# Mapping Resources > How Do I ??? >  High-quality heightmaps in Photoshop

## Javen

Alright, so I just posted an introduction, but I feel like this is an ideal time to ask this question.

I work on a Mac, which obviously brings with it the problem of not being able to use FractalTerrains. I've achieved decent results with running the "Lighting Effects" style of elevation (shadows and light, full mountainous, ect), but it really doesn't achieve the effect I'm looking for...which is something similar to what a2area did with his map.

To put it simply, I would like my maps to have the effect that real height maps and high-quality terrains have: a sloping effect...something I could put into Bryce and see a good-looking, natural-looking mountain instead of a couple smooth bumps and a wide span of flat ground.
I'm not expecting the same results as a dedicated program, but I was wondering if anyone had any ideas about how someone would achieve maximum realism with what I have? I've heard there are DEMs provided by the government that do something similar, but so far I have yet to find any.

----------


## waldronate

Is there a part of the world that has the kind of topography that you're interested in? What scale are you looking for? A couple of miles accross, 20 miles, 100 miles, 1000 miles?

----------


## Javen

I'm using this for a map of islands with a similar terrain profile to the Greek islands.

I'm not sure about the scale. It's large, though, as these islands are roughly Indonesia-sized, hence why I'm interested in very large, complex mountain ranges...because there are several mountains in this area.

----------


## waldronate

Grab some DEMs and a photo-editing tool like Photoshop or GIMP and get to cut and pasting! jwbjerk had a good tutorial on the subject recently (using the detail from a real-world DEM to modulate a basic low-resolution painted DEM). http://www.cartographersguild.com/sh...-project/page2 has the initial description of the technique.

http://www.vterrain.org/ has some good links to data sources if you poke around a bit.

----------


## Javen

Thanks for that link. It is an interesting idea I'll have to try out tomorrow when I am working. It will definitely solve the problem of trying to take my already-made topological maps and adapting them to work with a political one.

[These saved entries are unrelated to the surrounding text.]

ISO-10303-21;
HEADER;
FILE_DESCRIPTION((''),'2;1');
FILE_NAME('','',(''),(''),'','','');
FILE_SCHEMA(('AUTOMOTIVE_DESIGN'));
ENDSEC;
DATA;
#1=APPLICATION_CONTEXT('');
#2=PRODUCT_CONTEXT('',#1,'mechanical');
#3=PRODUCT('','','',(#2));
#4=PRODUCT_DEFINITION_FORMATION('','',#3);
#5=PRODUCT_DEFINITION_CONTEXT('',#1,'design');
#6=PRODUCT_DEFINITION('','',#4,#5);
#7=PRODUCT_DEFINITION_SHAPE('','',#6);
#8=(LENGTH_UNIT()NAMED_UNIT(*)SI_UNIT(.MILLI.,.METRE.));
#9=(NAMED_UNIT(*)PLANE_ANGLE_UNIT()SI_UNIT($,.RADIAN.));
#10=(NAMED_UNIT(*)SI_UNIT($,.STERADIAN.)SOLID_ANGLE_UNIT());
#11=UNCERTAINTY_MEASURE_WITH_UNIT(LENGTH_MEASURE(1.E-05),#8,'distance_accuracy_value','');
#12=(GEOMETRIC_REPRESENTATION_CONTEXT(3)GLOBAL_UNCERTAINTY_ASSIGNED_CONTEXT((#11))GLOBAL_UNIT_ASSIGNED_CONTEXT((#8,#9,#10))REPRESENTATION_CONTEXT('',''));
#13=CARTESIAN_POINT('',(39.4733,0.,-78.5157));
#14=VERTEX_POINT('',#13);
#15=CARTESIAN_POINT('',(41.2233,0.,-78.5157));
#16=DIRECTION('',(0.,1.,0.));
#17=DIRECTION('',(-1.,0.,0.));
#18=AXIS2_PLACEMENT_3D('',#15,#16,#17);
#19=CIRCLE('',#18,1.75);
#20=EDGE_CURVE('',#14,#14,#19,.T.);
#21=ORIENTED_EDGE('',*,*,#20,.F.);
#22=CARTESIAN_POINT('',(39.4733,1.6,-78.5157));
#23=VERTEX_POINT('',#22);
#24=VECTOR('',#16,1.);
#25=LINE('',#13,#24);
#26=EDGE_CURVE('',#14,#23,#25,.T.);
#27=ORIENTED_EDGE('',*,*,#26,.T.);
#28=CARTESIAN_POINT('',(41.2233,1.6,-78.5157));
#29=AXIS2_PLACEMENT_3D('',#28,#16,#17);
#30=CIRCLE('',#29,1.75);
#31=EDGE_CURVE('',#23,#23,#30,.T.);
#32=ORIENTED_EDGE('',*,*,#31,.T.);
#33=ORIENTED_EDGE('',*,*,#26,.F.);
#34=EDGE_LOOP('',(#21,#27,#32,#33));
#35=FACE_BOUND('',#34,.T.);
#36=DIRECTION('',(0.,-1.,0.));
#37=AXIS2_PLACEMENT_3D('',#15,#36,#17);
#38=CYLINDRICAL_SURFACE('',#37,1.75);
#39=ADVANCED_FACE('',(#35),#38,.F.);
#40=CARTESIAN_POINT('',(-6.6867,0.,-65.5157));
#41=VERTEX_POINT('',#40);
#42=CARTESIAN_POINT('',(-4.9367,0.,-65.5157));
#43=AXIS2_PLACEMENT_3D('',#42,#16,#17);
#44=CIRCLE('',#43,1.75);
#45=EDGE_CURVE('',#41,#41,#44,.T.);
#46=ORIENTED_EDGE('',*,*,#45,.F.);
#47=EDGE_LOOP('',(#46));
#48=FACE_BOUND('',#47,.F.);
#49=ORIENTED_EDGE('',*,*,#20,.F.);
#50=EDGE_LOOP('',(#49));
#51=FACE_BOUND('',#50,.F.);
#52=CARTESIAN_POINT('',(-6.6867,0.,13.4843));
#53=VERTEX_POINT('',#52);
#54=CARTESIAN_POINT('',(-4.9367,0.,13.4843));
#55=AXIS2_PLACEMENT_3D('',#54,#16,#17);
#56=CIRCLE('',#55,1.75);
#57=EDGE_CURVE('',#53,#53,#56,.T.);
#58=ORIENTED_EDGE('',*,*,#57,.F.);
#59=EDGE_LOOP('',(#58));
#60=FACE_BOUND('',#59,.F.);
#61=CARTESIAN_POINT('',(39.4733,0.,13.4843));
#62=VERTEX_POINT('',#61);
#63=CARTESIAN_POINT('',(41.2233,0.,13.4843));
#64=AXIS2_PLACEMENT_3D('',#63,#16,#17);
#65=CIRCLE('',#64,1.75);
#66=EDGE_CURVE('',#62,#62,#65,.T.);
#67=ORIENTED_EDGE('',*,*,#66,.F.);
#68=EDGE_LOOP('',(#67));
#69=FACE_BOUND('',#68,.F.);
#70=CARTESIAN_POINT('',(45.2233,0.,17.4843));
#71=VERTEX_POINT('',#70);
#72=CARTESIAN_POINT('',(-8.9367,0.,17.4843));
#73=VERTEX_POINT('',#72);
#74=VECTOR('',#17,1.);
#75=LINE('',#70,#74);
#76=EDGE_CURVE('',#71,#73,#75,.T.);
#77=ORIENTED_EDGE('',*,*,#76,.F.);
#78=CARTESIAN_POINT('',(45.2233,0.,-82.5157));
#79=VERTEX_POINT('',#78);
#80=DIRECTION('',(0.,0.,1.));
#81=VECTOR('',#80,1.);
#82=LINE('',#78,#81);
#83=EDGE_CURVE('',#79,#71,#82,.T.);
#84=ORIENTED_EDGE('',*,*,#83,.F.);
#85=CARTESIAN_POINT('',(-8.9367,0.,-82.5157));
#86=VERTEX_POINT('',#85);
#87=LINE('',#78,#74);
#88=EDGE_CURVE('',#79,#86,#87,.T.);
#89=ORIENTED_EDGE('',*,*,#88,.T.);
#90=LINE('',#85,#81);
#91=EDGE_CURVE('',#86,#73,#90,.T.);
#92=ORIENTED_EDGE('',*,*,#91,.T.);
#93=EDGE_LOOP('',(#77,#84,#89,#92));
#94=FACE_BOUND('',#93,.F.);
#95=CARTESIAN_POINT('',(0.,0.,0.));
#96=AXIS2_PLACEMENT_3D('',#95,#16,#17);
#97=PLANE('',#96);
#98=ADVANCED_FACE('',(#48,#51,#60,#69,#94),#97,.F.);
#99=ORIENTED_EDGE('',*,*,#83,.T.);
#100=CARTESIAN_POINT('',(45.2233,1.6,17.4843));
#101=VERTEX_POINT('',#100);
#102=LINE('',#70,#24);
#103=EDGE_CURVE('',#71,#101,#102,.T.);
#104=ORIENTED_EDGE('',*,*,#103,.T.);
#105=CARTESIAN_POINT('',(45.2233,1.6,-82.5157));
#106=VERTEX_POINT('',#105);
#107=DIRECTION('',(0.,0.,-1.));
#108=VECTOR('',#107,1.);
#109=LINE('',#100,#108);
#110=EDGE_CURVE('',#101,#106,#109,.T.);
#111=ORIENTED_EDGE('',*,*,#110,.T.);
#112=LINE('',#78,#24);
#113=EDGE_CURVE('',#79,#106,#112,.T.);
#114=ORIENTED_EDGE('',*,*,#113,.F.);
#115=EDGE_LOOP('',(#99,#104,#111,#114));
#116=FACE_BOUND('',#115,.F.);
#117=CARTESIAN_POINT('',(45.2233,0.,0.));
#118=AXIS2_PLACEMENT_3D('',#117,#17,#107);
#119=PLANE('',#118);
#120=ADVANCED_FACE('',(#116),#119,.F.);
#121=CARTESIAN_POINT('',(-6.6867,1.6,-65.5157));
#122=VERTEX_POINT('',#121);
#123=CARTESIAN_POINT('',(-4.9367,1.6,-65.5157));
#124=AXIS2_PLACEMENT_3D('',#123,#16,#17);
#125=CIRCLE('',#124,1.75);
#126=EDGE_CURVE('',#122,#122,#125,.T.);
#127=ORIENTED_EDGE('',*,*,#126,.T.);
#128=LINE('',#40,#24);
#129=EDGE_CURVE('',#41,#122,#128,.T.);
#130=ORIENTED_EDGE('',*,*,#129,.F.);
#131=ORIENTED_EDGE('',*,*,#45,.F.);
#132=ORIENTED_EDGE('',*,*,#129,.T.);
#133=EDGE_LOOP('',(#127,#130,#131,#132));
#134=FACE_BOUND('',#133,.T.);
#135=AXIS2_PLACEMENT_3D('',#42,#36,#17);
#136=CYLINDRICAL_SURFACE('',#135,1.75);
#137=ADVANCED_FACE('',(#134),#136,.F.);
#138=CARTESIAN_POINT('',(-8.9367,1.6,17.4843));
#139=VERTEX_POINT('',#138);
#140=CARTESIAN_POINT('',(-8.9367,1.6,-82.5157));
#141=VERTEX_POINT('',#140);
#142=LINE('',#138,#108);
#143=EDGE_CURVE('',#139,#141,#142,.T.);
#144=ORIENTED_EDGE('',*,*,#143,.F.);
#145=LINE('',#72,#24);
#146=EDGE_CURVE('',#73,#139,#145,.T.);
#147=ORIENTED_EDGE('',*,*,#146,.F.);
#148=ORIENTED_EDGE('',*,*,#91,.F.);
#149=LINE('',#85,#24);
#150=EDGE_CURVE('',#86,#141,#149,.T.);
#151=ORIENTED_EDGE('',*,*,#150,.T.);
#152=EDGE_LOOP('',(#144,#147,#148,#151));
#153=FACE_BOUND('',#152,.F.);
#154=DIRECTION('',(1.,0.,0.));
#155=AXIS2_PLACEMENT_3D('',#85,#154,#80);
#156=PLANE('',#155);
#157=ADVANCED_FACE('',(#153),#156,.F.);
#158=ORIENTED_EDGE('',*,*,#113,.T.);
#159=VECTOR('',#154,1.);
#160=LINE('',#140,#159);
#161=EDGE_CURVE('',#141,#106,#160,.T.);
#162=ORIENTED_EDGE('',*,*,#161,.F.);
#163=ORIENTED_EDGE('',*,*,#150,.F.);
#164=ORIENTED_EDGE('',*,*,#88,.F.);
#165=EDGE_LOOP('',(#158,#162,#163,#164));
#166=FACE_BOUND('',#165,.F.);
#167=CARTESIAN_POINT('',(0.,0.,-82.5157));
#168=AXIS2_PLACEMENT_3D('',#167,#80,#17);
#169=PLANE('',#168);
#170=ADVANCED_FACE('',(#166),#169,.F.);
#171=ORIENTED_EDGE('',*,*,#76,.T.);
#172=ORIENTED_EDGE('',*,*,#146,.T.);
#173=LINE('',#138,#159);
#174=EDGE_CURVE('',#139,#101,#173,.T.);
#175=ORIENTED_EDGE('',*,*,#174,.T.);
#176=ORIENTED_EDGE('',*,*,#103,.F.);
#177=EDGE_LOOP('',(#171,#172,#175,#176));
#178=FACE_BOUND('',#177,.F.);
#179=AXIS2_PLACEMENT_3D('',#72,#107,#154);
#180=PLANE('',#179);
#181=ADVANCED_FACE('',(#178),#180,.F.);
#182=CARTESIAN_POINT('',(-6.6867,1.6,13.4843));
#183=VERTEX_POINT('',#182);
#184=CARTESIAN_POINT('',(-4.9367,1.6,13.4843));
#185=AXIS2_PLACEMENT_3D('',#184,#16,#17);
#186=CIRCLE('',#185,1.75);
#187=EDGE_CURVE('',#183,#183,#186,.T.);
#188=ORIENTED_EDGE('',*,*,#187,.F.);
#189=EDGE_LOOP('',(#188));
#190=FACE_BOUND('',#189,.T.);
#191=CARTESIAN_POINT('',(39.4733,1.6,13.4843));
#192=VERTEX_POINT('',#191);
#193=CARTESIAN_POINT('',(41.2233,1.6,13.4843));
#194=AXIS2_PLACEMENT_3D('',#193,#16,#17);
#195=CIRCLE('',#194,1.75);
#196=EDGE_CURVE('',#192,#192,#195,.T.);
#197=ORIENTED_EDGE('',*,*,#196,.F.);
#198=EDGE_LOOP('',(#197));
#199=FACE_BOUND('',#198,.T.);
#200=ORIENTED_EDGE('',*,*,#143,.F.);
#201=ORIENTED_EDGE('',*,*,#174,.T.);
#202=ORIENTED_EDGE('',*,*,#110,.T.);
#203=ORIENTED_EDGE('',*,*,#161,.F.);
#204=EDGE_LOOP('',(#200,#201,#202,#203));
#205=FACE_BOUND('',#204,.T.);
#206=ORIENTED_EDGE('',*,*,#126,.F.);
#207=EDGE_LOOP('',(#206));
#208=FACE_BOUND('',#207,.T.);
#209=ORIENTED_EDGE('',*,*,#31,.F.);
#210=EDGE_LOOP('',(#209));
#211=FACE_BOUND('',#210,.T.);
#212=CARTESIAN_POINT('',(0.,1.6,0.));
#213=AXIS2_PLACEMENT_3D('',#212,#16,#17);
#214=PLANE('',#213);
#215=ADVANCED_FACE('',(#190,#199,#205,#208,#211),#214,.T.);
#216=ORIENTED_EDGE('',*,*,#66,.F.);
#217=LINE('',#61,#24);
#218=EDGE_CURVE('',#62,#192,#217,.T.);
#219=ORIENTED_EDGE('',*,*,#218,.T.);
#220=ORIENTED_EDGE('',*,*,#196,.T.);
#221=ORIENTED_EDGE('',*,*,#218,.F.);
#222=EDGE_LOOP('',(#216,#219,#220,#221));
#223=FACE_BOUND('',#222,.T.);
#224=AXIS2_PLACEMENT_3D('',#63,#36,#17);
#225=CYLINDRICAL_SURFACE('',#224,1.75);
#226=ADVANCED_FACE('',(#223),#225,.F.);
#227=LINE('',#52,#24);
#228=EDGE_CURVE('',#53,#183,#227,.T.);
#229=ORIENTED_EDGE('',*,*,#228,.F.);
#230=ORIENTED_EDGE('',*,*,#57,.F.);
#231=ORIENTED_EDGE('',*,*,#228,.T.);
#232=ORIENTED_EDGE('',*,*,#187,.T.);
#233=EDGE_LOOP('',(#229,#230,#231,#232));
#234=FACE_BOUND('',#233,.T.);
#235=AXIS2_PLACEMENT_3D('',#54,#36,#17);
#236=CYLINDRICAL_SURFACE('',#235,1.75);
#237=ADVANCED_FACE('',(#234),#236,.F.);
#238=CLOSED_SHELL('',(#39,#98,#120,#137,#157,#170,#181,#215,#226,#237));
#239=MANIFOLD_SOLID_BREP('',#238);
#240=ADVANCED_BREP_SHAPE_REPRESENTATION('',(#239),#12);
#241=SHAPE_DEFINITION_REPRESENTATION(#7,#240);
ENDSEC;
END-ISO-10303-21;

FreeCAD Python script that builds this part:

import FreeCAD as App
import Part
import Sketcher

V = App.Vector
Q = App.Units.Quantity


def add_polygon(sketch, points):
    """Adds a closed chain of lines whose ends are joined by coincident constraints."""
    first, n = sketch.GeometryCount, len(points)
    for a, b in zip(points, points[1:] + points[:1]):
        sketch.addGeometry(Part.LineSegment(App.Vector(*a, 0), App.Vector(*b, 0)), False)
    for i in range(n):
        sketch.addConstraint(Sketcher.Constraint("Coincident", first + i, 2, first + (i + 1) % n, 1))

doc = App.newDocument("Part")
params = doc.addObject("Spreadsheet::Sheet", "Params")
for row, (alias, value) in enumerate([
    ("sketch1_height", "3.937 in"),
    ("pad1_length", "0.0629921 in"),
], start=1):
    params.set(f"A{row}", alias)
    params.set(f"B{row}", "=" + value)
    params.setAlias(f"B{row}", alias)

body = doc.addObject("PartDesign::Body", "Body")

# Sketch on XZ plane
sketch1 = body.newObject("Sketcher::SketchObject", "Sketch")
sketch1.AttachmentSupport = (doc.getObject("XZ_Plane"), [""])
sketch1.MapMode = "FlatFace"
add_polygon(sketch1, [(-8.9367, -82.5157), (-8.9367, 17.4843), (45.2233, 17.4843), (45.2233, -82.5157)])  # lines 0-3
sketch1.addGeometry(Part.Circle(V(-4.9367, -65.5157, 0), V(0, 0, 1), 1.75), False)  # 4
sketch1.addGeometry(Part.Circle(V(41.2233, -78.5157, 0), V(0, 0, 1), 1.75), False)  # 5
sketch1.addGeometry(Part.Circle(V(-4.9367, 13.4843, 0), V(0, 0, 1), 1.75), False)  # 6
sketch1.addGeometry(Part.Circle(V(41.2233, 13.4843, 0), V(0, 0, 1), 1.75), False)  # 7
sketch1.addConstraint(Sketcher.Constraint("Vertical", 0))
sketch1.addConstraint(Sketcher.Constraint("Horizontal", 1))
sketch1.addConstraint(Sketcher.Constraint("Vertical", 2))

One thing I have trouble understanding is why it appears the DEMs on that site are reversed. The Rockies are presented as the lowest point. I think, though, with http://www.shadedrelief.com/natural3/pages/extra.html, I should be good.

Thanks for all your help, waldronate.

----------


## jwbjerk

> One thing I have trouble understanding is why it appears the DEMs on that site are reversed.


 Is there a standard convention for either white or black being the highest?  I think i've seen i both ways.

----------


## waldronate

The color mapping is a function of how the displaying software wants to do it. The traditional technique assumes a grayscale mapping with lowest = black and a fixed upper value such as 255 = white because that's how the hardware operated. However, these days it's a virtually free operation to map an input range into any set of colors you like (including the rainbow hue-based scale preferred by some groups). Generally speaking, though, the DEM itself is usually mapped with real-world units (something like a 0 value in the DEM is 0 meters altitude, 1000 in the DEM is 1000 meters above sea level, -1000 is 1000 meters below sea level, etc.) in the case of 16-bit data. 8-bit data has no particular standard because it has only 255 possible levels and most DEMs need more than that.

The Natural Earth series are very nice dataset. Tom Patterson does excellent work. It's got all the holes cleaned up and some of the worst errors removed. The main texture maps are also an excellent resource for coloring as long as you keep things at roughly the same type of climate.

----------


## Javen

Alright, so I've been working with these height maps and achieved good results from a simple colour-based topography map perspective. However, I still have trouble rendering the natural features into beveled height maps.

Has anyone tried turning these DEMs into raised satellite-style mountains that might be able to offer some advise? So far as I've seen, rendering river paths and erosion aren't particularly hard, but making a gradient map and accurate bevel and emboss settings is proving difficult.

Would someone with more experience on making DEMs into beveled terrain maps mind providing some enlightenment on the matter?

----------


## jwbjerk

Javen, i'm not sure exactly what you want to know.

Here's how i use DEM elevation on my project. 

I use photoshop's lighting effects give shading to my greyscale hight map.  It's not dynamic, i.e. you have to re-render the lighting effect each time you change something, but i think the results are much better than anything you could get with bevel and emboss.

----------


## Javen

I'm a little confused about that part that you're mentioning...in your tutorial, there is no mention of lighting effects. I considered it, but failed to achieve any results I really felt comfortable using.

Do you have a specific lighting effects setting that you've found works well?

----------


## jwbjerk

> I'm a little confused about that part that you're mentioning...in your tutorial, there is no mention of lighting effects. I considered it, but failed to achieve any results I really felt comfortable using.
> 
> Do you have a specific lighting effects setting that you've found works well?


The tutorial explains how i make the greyscale elevation information.

However it sounded like you wanted information on the next step: how to turn that elevation information into something that looks cool.  That's where lighting effects comes in for me-- number three in this picture.

* The trick is to take your grey scale elevation and copy it into a new channel.  
* Make a medium grey layer above all your other layers and set the blend mode to overlay.  This is the layer you'll do the lighting effects to.
* Choose the elevation channel you just made as the "texture channel" at the bottom of the lighting effects dialog.  Also make sure your light is "Directional".  The rest you can tweak as you like.

----------


## Javen

Thanks for the insight, jwbjerk. I think I've got what I need to make it work now. Thanks as well for dealing with my confusion and taking time to show me how you did it. I'll be sure to credit you if I ever manage to finish this.

----------